Estos días he estado reflexionando sobre la legitimidad y la legalidad de un proceso de independencia. He llegado a la conclusión de que, si aceptamos la democracia, ningún argumento tiene valor por encima de éste: ¿es un pueblo soberano sobre sí mismo? Si un pueblo desea reorganizar sus leyes, pero no se le permite, ¿es un caso de secuestro institucional? Reflexionen un segundo. La pregunta tenía trampa, me estaba referiendo al pueblo portugués, a su proceso de independencia de 1668, y posteriormente al Español, en 1814. ¿Cuál decían que era su respuesta? ¿Deberíamos ser los peninsulares todavía romanos o franceses porque lo éramos en algún momento de la historia?

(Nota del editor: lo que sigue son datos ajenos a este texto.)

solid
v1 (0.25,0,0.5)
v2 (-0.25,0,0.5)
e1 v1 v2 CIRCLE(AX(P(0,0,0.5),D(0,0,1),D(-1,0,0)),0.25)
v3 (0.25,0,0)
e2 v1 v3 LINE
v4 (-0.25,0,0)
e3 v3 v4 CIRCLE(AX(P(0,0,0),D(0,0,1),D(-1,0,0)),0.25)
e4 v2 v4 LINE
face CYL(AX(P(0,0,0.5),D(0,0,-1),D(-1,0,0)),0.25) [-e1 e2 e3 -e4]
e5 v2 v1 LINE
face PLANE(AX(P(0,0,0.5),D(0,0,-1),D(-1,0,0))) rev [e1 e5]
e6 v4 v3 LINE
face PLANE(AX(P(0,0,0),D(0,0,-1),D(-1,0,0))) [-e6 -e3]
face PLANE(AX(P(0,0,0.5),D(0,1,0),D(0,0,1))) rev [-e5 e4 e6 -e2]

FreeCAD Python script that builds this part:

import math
import FreeCAD as App
import Part
import Sketcher
from FreeCAD import Vector
Q = App.Units.Quantity

doc = App.newDocument("Part")
body = doc.addObject("PartDesign::Body", "Body")

# Sketch on XY plane
sketch1 = body.newObject("Sketcher::SketchObject", "Sketch")
sketch1.AttachmentSupport = (doc.getObject("XY_Plane"), [""])
sketch1.MapMode = "FlatFace"
sketch1.addGeometry(Part.ArcOfCircle(Part.Circle(Vector(0, 0, 0), Vector(0, 0, 1), 0.25), math.radians(0), math.radians(180)), False)
sketch1.addGeometry(Part.LineSegment(Vector(-0.25, 0, 0), Vector(0.25, 0, 0)), False)
sketch1.addConstraint(Sketcher.Constraint("Coincident", 0, 1, 1, 2))
sketch1.addConstraint(Sketcher.Constraint("Coincident", 1, 1, 0, 2))
sketch1.addConstraint(Sketcher.Constraint("Horizontal", 1))
sketch1.addConstraint(Sketcher.Constraint("Coincident", 0, 3, -1, 1))
sketch1.addConstraint(Sketcher.Constraint("PointOnObject", 0, 1, -1))
sketch1.addConstraint(Sketcher.Constraint("Radius", 0, Q("0.25 mm")))
pad1 = body.newObject("PartDesign::Pad", "Pad")
pad1.Profile = sketch1
pad1.Length = 0.5

doc.recompute()
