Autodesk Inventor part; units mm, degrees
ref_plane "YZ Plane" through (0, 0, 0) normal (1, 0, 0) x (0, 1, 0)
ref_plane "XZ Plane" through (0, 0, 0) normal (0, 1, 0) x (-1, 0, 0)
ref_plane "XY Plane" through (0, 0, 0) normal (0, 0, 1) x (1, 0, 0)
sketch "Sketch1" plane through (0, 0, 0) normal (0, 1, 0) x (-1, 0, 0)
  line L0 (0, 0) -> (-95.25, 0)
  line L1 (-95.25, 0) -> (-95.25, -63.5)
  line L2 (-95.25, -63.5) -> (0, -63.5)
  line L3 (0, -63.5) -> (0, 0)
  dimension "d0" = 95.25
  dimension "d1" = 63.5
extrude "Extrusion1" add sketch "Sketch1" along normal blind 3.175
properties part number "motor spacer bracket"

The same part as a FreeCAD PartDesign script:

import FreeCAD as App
import Part
import Sketcher

V = App.Vector
Q = App.Units.Quantity

doc = App.newDocument("Part")
params = doc.addObject("Spreadsheet::Sheet", "Params")
for row, (alias, value) in enumerate([
    ("sketch1_height", "2.5 in"),
    ("sketch1_width", "3.75 in"),
    ("pad1_length", "0.125 in"),
], start=1):
    params.set(f"A{row}", alias)
    params.set(f"B{row}", "=" + value)
    params.setAlias(f"B{row}", alias)

body = doc.addObject("PartDesign::Body", "Body")

sketch1 = body.newObject("Sketcher::SketchObject", "Sketch")
sketch1.AttachmentSupport = (doc.getObject("XZ_Plane"), [""])
sketch1.MapMode = "FlatFace"
sketch1.addGeometry([
    Part.LineSegment(V(0, -64, 0), V(0, 0, 0)),
    Part.LineSegment(V(0, 0, 0), V(95, 0, 0)),
    Part.LineSegment(V(95, 0, 0), V(95, -64, 0)),
    Part.LineSegment(V(95, -64, 0), V(0, -64, 0)),
], False)
sketch1.addConstraint([
    Sketcher.Constraint("Coincident", 0, 2, 1, 1),
    Sketcher.Constraint("Coincident", 1, 2, 2, 1),
    Sketcher.Constraint("Coincident", 2, 2, 3, 1),
    Sketcher.Constraint("Coincident", 3, 2, 0, 1),
    Sketcher.Constraint("Vertical", 0),
    Sketcher.Constraint("Horizontal", 1),
    Sketcher.Constraint("Vertical", 2),
    Sketcher.Constraint("Horizontal", 3),
    Sketcher.Constraint("Coincident", 0, 2, -1, 1),
    Sketcher.Constraint("DistanceY", 0, 1, 0, 2, Q("2.5 in")),
    Sketcher.Constraint("DistanceX", 1, 1, 1, 2, Q("3.75 in")),
])
sketch1.setExpression("Constraints[9]", "Params.sketch1_height")
sketch1.setExpression("Constraints[10]", "Params.sketch1_width")
pad1 = body.newObject("PartDesign::Pad", "Pad")
pad1.Profile = sketch1
pad1.setExpression("Length", "Params.pad1_length")
pad1.Reversed = True

doc.recompute()
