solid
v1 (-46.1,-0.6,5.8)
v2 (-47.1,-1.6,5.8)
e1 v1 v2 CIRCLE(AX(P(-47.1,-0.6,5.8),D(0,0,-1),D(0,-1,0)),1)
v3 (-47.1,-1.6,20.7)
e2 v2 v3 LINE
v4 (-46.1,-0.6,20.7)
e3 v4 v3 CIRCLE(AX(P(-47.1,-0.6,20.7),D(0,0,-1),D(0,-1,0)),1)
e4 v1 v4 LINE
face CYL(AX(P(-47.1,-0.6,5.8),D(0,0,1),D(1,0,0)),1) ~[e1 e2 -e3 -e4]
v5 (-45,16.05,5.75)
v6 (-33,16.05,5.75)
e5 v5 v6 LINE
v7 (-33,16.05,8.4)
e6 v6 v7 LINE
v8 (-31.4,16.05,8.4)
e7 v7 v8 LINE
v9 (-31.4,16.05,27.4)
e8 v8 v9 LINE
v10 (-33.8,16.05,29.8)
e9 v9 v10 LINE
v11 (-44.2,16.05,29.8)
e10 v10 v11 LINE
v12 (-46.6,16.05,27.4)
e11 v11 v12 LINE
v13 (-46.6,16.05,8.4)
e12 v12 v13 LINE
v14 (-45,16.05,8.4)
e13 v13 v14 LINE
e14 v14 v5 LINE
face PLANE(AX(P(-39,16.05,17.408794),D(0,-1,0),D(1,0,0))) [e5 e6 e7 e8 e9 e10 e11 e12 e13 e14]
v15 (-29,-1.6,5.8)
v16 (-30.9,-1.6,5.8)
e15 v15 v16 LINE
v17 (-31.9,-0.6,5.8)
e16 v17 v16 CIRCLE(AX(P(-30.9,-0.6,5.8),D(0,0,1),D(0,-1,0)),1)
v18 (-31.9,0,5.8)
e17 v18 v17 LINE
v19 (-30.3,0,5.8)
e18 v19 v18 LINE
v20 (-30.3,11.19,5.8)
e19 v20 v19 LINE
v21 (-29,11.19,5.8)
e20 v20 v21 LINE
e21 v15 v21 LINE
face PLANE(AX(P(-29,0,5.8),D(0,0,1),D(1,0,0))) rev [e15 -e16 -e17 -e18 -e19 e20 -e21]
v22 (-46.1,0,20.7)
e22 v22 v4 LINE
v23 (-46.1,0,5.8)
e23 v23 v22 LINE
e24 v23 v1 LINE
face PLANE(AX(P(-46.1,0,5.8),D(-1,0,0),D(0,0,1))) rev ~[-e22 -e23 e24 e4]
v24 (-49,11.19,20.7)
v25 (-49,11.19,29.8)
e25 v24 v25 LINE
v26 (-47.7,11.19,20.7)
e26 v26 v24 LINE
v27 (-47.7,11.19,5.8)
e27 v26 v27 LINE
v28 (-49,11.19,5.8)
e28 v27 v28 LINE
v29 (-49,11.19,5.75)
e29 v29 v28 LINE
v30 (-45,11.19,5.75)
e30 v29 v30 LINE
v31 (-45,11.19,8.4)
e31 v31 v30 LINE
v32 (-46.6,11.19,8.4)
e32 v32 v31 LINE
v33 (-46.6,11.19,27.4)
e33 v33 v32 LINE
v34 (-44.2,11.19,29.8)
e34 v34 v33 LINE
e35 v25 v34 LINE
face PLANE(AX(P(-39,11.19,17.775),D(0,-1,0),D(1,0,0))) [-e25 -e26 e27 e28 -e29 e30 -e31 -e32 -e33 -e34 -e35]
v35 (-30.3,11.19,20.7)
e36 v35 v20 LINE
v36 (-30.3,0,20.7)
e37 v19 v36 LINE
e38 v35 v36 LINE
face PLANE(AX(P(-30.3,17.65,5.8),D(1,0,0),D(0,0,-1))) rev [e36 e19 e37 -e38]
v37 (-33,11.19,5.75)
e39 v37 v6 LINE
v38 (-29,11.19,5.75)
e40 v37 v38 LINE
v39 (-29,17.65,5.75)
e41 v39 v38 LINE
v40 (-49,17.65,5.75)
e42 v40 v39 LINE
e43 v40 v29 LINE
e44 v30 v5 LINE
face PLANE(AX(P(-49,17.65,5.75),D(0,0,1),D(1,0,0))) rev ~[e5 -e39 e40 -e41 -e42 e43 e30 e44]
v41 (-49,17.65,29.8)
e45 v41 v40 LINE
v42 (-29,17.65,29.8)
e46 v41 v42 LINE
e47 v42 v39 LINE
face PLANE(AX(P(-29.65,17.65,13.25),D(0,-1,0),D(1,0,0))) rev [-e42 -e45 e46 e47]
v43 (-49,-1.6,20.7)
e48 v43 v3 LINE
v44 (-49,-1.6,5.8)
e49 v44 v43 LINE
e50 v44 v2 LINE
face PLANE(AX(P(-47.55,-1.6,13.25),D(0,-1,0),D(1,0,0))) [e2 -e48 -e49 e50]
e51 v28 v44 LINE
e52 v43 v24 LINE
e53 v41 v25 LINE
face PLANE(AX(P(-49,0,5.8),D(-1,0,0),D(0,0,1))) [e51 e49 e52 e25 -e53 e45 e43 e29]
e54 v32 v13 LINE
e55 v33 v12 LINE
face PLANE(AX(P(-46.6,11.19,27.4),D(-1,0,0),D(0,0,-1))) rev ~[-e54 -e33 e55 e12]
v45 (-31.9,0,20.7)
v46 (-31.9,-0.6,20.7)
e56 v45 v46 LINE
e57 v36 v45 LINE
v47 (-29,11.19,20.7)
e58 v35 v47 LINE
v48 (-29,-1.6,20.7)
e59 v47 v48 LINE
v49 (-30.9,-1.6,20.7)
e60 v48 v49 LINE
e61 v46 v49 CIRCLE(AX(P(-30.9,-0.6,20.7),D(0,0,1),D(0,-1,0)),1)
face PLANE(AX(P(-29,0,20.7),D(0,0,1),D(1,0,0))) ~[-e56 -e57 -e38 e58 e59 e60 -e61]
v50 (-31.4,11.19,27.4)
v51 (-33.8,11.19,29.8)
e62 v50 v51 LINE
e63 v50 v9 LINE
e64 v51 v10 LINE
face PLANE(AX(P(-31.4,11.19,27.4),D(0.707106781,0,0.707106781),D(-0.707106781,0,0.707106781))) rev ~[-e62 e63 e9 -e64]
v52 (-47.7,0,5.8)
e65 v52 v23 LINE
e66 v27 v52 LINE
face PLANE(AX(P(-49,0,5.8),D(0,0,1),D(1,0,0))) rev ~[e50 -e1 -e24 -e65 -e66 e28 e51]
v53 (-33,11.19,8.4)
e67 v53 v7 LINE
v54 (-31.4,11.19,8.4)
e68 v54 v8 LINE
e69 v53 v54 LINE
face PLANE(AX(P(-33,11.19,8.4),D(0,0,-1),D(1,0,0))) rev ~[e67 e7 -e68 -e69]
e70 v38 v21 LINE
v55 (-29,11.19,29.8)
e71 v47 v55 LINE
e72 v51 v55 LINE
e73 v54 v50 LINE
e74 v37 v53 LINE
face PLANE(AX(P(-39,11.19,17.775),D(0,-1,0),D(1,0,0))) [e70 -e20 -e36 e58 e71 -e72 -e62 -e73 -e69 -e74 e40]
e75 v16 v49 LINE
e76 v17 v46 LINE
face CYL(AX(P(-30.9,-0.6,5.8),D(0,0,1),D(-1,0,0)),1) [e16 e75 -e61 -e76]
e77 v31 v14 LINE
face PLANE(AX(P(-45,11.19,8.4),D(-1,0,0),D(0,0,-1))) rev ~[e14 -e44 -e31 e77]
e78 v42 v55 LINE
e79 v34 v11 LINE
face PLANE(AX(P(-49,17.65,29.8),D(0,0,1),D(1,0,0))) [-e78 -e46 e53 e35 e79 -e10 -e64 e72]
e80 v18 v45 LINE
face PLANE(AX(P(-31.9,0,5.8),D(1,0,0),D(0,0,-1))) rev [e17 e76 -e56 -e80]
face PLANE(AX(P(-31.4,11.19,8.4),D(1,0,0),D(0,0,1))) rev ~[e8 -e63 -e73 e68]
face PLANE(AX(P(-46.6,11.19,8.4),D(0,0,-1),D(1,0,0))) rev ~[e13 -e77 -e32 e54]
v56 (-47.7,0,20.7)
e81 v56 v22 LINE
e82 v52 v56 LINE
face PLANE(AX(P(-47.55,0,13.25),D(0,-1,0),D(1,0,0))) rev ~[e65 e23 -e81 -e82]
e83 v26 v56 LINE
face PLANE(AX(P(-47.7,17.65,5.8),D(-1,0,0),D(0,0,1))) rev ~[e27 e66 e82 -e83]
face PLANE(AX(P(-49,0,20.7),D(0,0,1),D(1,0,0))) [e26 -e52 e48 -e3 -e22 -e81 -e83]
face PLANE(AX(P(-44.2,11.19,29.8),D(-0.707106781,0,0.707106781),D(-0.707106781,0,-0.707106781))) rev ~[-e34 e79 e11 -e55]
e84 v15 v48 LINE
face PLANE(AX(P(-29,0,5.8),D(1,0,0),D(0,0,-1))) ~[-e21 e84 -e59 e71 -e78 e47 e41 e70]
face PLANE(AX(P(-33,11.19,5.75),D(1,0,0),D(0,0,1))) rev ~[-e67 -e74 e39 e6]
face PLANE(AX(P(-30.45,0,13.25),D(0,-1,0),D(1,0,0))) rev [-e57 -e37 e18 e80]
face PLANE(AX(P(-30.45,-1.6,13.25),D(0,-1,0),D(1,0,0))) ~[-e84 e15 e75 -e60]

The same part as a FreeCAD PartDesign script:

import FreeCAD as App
import Part
import Sketcher
from FreeCAD import Vector
Q = App.Units.Quantity


def edges_at(feature, points):
    """Names of the edges that pass closest to the given points."""
    edges = feature.Shape.Edges
    near = lambda p: min(range(len(edges)), key=lambda i: edges[i].distToShape(Part.Vertex(*p))[0])
    return sorted({f"Edge{near(p) + 1}" for p in points})


def add_polygon(sketch, points):
    """Adds a closed chain of lines whose ends are joined by coincident constraints."""
    first, n = sketch.GeometryCount, len(points)
    for a, b in zip(points, points[1:] + points[:1]):
        sketch.addGeometry(Part.LineSegment(App.Vector(*a, 0), App.Vector(*b, 0)), False)
    for i in range(n):
        sketch.addConstraint(Sketcher.Constraint("Coincident", first + i, 2, first + (i + 1) % n, 1))

doc = App.newDocument("Part")
params = doc.addObject("Spreadsheet::Sheet", "Params")
for row, (alias, value) in enumerate([
    ("sketch1_width", "20 mm"),
    ("sketch1_height", "24.05 mm"),
    ("pad1_length", "6.46 mm"),
    ("sketch2_width", "12 mm"),
    ("sketch2_height", "19 mm"),
    ("sketch2_width2", "10.4 mm"),
    ("sketch2_width3", "1.6 mm"),
    ("sketch2_height2", "2.65 mm"),
    ("pocket1_length", "4.86 mm"),
    ("sketch3_width", "1.3 mm"),
    ("sketch3_height", "14.9 mm"),
    ("pad2_length", "17.65 mm"),
    ("sketch4_width", "2.9 mm"),
    ("sketch4_height", "14.9 mm"),
    ("pad3_length", "1.6 mm"),
    ("fillet_radius", "1 mm"),
], start=1):
    params.set(f"A{row}", alias)
    params.set(f"B{row}", "=" + value)
    params.setAlias(f"B{row}", alias)

body = doc.addObject("PartDesign::Body", "Body")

El derecho de autodeterminación de una región consiste en decidir cómo organiza sus administraciones y a quién reconoce como autoridad. Éste no interfiere con el de ningún otro ciudadano de otra región, es decir, si Cataluña es independiente, un navarro no pierde derechos, igual que una España independiente no afecta a un francés o un portugués. Si acaso, la independencia de una región rica provoca un desajuste económico en el resto, pero ese argumento no es válido: ¿deben entonces sólo independizarse los pobres? De nuevo, es cuestión de derechos colectivos.
Pensemos lo siguiente; ¿debe un gallego–por poner un ejemplo que se escape del típico Madrid–decir a un catalán a qué estado debe pertenecer? ¿Y el resto de españoles? ¿Y un alemán? ¿Un etíope? ¿Dónde ponemos esa barrera? Ya ven a donde estoy intentando llegar. El principal afectado por la pérdida de riqueza en un proceso de independencia es el Estado original. Éste intenta defender que el pueblo independentista debe seguir perteneciendo al estado en cuestión, usando como argumentos el nacionalismo y el statu quo. Pero ampararse en un documento redactado en 1978 para negar derechos no excluyentes es una clara imposición. El mundo cambia, y los papeles deben actualizarse cuando impiden el ejercicio de la democracia. Un Estado en su conjunto sólo es soberano sobre sus regiones si éstas lo aceptan así; es como funciona la autoridad. La unión sólo hace la fuerza si todos los miembros reman en el mismo sentido de forma voluntaria. Si no, es tan sólo una ilusión ficticia y desigual, como si llamáramos unión al collar que usamos para pasear el perro.